Take the lines below between the one holding "f 123 122 104" and the one holding "f 138 137 100", inclusive, and copy them exactly. Add nothing.

▶ **INPUT RECORDS**
################
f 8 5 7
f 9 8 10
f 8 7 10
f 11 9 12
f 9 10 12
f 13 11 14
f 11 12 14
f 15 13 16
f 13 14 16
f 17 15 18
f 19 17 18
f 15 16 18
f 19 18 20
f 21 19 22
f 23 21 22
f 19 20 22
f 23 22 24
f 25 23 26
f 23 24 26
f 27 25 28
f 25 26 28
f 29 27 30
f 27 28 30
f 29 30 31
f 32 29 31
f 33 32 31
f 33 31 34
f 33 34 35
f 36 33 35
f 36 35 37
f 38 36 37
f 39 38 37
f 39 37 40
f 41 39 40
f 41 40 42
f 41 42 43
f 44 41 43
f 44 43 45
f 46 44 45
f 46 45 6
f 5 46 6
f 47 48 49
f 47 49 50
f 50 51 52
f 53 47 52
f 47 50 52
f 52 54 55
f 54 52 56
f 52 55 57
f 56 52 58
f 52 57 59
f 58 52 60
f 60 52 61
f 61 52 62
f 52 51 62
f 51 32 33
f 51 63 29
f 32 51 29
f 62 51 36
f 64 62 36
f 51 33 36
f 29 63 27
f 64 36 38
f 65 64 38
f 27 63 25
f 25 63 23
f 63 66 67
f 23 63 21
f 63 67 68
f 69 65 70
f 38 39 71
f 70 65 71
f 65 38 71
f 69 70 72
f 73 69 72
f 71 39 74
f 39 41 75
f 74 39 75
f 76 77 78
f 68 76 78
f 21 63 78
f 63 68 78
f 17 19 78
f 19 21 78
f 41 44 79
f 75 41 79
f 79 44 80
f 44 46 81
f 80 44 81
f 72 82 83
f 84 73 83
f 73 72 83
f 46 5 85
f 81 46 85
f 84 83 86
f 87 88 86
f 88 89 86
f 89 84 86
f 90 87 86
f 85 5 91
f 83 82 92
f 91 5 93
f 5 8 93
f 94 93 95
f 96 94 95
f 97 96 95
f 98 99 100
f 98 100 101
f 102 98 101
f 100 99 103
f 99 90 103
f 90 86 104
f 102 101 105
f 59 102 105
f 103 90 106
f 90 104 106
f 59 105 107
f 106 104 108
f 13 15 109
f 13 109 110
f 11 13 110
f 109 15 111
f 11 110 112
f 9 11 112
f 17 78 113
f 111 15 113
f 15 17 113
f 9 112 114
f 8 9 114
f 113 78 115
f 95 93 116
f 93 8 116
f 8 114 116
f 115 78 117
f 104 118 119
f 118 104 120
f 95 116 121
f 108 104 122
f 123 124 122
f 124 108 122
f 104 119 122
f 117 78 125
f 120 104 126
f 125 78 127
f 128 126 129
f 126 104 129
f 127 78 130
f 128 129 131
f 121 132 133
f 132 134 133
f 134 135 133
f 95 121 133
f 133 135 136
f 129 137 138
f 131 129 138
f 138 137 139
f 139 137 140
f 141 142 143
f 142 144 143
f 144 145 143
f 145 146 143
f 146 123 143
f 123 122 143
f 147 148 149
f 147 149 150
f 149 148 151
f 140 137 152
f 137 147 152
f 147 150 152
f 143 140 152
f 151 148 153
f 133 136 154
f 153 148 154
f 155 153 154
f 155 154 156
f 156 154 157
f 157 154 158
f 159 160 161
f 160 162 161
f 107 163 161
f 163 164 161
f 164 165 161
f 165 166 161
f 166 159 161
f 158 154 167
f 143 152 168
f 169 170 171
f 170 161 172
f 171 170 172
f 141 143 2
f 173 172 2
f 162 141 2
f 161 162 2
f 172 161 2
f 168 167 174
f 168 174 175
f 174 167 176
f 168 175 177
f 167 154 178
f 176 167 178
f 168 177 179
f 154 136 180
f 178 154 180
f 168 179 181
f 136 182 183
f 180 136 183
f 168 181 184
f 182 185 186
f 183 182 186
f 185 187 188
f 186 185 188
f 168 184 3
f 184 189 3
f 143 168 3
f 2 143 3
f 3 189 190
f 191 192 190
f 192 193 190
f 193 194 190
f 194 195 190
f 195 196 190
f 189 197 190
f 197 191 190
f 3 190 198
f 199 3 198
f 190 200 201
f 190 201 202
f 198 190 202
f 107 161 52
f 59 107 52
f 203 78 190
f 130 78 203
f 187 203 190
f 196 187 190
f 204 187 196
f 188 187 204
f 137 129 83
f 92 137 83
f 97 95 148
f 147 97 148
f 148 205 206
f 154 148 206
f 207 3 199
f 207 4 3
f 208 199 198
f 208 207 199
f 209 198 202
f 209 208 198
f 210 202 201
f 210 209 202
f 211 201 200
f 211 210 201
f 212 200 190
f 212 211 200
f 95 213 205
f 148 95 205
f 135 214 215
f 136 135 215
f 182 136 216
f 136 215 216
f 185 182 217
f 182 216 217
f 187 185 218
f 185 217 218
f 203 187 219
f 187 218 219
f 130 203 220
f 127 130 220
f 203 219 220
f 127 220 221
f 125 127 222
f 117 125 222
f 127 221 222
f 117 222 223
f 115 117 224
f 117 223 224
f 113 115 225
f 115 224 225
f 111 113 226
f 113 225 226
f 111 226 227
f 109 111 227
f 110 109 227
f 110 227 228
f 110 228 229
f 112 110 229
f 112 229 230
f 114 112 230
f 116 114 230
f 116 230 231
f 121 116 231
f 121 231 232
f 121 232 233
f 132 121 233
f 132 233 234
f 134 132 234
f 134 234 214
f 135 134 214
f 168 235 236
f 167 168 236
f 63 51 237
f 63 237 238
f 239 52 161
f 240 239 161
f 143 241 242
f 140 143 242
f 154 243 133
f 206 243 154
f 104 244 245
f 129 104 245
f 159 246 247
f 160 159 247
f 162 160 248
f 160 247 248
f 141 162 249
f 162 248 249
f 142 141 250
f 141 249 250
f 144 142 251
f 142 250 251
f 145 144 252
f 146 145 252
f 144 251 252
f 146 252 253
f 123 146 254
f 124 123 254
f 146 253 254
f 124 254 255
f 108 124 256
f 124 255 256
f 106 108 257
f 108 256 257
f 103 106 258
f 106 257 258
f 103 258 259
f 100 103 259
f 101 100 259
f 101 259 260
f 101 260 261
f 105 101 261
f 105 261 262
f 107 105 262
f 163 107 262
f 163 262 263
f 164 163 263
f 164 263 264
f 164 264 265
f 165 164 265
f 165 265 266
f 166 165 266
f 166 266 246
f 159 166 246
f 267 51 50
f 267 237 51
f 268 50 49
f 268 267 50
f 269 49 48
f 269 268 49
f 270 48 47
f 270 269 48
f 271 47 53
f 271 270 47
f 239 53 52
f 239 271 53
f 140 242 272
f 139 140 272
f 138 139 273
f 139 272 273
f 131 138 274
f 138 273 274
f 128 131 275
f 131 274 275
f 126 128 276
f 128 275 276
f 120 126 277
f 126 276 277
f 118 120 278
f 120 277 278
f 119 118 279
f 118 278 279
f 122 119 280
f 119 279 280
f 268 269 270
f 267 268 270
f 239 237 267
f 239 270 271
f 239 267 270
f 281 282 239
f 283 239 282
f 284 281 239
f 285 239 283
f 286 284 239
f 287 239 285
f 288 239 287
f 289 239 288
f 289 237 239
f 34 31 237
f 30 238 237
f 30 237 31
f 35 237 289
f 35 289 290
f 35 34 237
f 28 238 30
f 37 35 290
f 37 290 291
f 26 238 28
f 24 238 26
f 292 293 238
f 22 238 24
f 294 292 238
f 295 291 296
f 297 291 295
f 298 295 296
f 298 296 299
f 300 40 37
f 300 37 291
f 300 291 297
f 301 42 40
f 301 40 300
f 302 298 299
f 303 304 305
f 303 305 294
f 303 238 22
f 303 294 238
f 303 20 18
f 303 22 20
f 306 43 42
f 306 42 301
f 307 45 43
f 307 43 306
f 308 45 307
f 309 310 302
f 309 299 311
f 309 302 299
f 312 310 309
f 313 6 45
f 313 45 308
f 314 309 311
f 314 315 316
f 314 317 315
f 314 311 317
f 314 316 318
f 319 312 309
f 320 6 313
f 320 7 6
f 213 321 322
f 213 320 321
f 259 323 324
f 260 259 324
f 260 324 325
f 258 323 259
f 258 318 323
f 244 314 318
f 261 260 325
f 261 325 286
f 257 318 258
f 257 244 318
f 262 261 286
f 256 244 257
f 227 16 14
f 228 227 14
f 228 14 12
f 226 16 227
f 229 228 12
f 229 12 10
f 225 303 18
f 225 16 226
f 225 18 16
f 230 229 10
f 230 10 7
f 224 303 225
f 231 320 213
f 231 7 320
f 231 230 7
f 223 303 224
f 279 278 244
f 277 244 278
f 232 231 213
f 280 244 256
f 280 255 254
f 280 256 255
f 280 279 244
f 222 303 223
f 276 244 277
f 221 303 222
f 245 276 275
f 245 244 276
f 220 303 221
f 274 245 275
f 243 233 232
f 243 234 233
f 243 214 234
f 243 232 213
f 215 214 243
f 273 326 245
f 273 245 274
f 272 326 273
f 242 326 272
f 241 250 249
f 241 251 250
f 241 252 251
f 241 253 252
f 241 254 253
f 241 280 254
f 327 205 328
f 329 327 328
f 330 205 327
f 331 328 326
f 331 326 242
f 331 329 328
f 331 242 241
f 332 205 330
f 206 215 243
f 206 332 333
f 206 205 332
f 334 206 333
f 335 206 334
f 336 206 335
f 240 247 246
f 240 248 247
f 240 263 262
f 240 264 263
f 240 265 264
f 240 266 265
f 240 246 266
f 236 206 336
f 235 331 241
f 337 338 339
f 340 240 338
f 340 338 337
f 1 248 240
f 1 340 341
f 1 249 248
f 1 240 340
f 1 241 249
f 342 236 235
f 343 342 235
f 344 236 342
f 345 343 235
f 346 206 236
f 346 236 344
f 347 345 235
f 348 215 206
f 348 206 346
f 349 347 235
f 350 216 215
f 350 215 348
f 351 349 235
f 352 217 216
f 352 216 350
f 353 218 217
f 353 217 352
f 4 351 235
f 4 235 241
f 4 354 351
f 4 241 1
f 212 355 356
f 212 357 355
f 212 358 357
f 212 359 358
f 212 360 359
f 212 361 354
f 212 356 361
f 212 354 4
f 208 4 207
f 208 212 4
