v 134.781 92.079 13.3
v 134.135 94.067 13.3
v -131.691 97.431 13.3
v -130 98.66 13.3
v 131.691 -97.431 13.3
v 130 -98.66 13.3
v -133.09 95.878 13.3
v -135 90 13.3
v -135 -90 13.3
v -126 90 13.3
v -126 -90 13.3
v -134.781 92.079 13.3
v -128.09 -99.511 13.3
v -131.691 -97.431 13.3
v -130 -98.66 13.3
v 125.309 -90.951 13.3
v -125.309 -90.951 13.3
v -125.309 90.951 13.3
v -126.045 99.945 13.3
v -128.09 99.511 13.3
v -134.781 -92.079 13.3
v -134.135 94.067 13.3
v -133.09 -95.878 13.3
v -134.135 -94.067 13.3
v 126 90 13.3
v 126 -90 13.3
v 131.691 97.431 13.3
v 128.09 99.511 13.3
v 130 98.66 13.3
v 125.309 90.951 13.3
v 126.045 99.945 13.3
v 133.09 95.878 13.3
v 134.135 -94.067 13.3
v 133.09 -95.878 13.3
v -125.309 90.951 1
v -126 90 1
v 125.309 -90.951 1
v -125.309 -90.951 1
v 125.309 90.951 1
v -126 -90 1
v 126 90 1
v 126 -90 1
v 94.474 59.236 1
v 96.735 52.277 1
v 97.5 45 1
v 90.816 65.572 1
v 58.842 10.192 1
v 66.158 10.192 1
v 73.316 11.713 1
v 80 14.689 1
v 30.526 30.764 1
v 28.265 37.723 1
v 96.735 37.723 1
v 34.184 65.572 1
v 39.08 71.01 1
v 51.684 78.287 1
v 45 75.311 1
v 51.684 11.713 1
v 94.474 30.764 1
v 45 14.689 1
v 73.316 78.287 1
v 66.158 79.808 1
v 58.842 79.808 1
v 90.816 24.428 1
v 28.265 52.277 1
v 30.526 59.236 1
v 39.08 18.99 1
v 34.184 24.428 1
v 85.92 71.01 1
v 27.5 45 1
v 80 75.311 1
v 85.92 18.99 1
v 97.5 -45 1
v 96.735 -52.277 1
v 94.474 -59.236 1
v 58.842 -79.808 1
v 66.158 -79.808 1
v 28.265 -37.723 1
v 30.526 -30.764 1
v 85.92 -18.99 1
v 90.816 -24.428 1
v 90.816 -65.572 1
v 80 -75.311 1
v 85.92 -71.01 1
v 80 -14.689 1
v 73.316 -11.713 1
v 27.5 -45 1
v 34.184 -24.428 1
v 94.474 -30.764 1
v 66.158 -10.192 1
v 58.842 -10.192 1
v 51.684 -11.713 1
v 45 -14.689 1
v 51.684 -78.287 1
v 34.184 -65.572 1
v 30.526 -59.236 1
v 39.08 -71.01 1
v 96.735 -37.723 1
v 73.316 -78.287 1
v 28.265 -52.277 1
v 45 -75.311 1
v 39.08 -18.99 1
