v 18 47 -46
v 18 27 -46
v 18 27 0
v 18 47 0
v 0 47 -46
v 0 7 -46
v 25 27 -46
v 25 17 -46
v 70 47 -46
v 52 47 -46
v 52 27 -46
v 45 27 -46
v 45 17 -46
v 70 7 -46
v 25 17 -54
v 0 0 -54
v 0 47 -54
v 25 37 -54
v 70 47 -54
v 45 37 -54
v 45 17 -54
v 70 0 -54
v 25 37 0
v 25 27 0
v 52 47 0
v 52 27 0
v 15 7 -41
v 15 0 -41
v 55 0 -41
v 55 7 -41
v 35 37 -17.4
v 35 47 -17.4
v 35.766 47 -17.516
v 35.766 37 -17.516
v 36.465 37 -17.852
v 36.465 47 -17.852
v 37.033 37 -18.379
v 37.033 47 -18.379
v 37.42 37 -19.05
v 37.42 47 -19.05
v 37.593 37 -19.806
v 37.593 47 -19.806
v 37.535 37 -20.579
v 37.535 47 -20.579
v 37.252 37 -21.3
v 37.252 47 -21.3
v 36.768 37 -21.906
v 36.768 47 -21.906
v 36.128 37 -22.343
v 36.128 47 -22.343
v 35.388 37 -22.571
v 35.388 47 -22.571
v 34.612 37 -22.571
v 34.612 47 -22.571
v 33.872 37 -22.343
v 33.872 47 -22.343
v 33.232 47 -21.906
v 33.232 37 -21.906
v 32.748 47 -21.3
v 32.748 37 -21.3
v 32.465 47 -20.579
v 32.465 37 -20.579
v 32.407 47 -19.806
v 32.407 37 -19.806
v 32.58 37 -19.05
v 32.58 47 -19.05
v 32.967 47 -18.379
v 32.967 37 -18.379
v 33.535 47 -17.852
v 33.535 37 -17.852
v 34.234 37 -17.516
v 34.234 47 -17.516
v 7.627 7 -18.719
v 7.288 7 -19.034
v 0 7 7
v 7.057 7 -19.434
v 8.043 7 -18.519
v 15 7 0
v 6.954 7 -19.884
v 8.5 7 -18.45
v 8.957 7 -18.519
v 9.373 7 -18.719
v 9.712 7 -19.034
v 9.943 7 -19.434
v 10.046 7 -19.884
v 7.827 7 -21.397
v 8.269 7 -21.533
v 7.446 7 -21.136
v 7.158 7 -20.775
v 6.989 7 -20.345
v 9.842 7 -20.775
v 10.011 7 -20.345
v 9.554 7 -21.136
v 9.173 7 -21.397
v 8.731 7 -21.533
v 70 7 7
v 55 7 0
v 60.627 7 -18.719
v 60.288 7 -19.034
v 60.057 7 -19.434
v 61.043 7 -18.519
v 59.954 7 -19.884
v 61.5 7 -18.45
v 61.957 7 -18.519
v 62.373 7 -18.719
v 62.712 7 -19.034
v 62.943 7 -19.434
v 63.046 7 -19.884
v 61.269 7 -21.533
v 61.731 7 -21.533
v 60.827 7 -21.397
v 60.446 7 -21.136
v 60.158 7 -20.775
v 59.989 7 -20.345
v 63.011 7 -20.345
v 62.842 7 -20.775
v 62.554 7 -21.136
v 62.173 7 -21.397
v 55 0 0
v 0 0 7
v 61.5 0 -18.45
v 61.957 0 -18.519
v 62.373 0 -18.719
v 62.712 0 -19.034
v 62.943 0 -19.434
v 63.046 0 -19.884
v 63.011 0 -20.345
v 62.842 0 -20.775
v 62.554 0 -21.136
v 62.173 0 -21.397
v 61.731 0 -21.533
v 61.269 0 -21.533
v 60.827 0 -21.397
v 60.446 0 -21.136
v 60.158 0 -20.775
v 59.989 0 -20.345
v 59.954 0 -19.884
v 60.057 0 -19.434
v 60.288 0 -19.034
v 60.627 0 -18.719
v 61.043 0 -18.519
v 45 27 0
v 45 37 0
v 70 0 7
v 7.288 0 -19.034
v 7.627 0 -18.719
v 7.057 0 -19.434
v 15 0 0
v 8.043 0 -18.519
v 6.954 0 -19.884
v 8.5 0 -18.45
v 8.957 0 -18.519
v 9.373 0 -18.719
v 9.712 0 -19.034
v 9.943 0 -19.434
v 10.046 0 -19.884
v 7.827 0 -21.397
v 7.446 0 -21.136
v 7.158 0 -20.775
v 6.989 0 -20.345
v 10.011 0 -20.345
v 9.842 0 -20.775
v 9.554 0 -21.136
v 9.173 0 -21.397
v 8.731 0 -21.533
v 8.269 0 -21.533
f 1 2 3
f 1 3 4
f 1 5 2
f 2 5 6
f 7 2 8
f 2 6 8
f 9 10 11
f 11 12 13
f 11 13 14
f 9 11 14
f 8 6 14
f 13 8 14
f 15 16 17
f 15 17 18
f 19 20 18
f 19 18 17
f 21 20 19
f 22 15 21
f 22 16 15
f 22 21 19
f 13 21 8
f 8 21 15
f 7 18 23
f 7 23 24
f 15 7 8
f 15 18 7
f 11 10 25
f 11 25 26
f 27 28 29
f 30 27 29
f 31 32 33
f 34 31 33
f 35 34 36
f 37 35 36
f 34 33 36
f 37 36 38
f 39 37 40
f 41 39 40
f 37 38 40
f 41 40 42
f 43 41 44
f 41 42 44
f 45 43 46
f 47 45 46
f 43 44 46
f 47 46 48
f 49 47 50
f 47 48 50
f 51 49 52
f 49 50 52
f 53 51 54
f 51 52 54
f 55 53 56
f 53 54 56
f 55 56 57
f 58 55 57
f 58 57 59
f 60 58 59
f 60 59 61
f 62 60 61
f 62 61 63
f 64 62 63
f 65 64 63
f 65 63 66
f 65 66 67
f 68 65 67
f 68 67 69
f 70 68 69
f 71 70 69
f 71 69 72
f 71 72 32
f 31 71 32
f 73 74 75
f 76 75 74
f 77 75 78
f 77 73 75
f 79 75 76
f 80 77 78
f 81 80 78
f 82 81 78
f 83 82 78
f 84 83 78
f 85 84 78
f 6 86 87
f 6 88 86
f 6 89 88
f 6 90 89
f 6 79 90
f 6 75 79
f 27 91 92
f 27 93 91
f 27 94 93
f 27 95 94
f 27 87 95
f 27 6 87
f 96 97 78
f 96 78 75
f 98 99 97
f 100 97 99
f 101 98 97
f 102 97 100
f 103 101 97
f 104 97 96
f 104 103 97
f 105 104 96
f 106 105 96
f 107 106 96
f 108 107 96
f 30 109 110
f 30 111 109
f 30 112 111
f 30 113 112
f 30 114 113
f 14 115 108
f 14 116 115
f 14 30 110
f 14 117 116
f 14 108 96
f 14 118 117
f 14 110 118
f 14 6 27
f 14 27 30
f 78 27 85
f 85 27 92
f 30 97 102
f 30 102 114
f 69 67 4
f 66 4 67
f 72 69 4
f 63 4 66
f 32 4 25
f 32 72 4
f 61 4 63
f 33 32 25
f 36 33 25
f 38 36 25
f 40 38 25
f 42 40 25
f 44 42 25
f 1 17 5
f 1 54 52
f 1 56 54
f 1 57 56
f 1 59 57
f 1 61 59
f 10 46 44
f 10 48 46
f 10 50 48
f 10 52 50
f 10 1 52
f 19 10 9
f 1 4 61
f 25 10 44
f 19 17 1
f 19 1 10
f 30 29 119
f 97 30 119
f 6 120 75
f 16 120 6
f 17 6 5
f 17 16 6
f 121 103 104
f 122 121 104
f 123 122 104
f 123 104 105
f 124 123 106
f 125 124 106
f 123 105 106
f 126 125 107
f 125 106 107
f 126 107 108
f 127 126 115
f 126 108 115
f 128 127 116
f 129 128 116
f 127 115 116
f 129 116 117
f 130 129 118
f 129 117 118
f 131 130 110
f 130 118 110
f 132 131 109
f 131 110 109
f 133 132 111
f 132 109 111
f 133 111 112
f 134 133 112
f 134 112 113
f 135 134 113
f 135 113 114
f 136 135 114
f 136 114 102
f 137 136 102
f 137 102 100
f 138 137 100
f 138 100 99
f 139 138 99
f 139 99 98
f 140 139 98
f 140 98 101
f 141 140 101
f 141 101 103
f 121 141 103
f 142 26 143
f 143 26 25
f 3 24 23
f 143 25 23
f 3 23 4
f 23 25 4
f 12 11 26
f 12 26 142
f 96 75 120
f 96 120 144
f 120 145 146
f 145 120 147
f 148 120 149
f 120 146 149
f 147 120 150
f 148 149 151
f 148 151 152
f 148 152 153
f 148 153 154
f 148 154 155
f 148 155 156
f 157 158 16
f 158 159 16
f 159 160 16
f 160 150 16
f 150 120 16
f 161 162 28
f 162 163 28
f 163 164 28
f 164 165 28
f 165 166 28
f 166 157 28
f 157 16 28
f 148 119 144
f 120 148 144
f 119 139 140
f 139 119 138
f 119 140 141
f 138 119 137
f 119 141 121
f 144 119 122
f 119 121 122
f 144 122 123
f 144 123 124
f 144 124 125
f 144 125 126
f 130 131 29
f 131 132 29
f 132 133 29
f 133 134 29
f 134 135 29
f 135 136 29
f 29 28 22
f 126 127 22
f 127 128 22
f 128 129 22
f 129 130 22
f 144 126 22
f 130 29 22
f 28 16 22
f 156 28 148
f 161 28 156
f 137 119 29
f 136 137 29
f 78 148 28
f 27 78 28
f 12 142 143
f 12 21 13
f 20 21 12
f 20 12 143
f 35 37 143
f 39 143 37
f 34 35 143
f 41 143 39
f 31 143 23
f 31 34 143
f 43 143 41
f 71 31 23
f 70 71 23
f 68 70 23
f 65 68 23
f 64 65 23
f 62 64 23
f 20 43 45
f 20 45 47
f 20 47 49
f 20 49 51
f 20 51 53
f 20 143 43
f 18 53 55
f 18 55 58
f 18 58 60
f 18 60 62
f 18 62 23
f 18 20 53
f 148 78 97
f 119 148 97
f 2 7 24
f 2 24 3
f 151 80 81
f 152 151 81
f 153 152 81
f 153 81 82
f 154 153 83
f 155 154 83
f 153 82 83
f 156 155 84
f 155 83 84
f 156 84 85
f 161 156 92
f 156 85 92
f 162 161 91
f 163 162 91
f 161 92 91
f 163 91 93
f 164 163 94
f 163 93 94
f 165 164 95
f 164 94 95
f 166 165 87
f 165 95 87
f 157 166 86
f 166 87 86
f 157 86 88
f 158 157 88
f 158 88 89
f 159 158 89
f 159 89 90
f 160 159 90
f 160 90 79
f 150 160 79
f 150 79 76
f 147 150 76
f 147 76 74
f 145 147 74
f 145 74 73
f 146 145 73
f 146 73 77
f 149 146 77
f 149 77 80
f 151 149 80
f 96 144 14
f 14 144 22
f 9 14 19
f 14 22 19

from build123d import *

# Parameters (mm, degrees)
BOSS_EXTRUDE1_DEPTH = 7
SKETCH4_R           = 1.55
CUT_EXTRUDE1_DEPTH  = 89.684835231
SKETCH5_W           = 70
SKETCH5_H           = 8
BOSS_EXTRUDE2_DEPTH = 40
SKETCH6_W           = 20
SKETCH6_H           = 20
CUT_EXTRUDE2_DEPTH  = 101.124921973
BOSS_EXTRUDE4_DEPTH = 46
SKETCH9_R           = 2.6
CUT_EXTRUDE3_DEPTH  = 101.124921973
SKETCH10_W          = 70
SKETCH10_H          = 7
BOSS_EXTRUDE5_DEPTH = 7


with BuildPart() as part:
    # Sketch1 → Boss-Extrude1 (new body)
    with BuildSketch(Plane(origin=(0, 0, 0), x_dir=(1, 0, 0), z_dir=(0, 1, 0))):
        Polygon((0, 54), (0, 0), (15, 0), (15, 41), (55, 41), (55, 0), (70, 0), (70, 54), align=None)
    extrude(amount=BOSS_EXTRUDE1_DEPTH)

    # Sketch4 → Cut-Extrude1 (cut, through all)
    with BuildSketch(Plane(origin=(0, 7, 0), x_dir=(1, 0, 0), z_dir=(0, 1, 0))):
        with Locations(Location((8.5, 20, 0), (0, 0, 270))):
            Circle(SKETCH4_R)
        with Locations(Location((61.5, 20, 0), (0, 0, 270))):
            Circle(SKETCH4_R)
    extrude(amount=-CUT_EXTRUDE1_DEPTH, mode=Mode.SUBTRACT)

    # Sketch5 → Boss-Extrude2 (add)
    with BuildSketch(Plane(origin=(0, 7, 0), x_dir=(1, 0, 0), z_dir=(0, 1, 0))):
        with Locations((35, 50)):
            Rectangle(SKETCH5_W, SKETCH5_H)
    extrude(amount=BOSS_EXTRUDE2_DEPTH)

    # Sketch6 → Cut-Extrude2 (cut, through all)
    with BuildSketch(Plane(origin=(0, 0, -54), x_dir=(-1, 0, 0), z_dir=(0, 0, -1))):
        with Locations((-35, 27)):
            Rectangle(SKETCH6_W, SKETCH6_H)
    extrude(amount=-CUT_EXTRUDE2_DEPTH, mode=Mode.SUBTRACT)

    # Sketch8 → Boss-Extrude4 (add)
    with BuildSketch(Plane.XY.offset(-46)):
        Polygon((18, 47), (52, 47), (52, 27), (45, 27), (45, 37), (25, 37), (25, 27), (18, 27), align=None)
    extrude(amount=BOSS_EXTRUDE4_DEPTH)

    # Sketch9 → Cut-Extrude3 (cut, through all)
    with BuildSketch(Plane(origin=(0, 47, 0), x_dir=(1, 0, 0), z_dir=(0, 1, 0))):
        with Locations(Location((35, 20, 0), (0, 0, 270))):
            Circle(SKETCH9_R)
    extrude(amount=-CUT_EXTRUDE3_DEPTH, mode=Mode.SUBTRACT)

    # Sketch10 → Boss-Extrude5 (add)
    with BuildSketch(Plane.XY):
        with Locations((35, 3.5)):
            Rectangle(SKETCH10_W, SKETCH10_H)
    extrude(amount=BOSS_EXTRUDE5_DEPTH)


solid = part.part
################
▶ **EXERCISE RESPONSE**
f 123 122 104
f 123 104 105
f 124 123 106
f 125 124 106
f 123 105 106
f 126 125 107
f 125 106 107
f 126 107 108
f 127 126 115
f 126 108 115
f 128 127 116
f 129 128 116
f 127 115 116
f 129 116 117
f 130 129 118
f 129 117 118
f 131 130 110
f 130 118 110
f 132 131 109
f 131 110 109
f 133 132 111
f 132 109 111
f 133 111 112
f 134 133 112
f 134 112 113
f 135 134 113
f 135 113 114
f 136 135 114
f 136 114 102
f 137 136 102
f 137 102 100
f 138 137 100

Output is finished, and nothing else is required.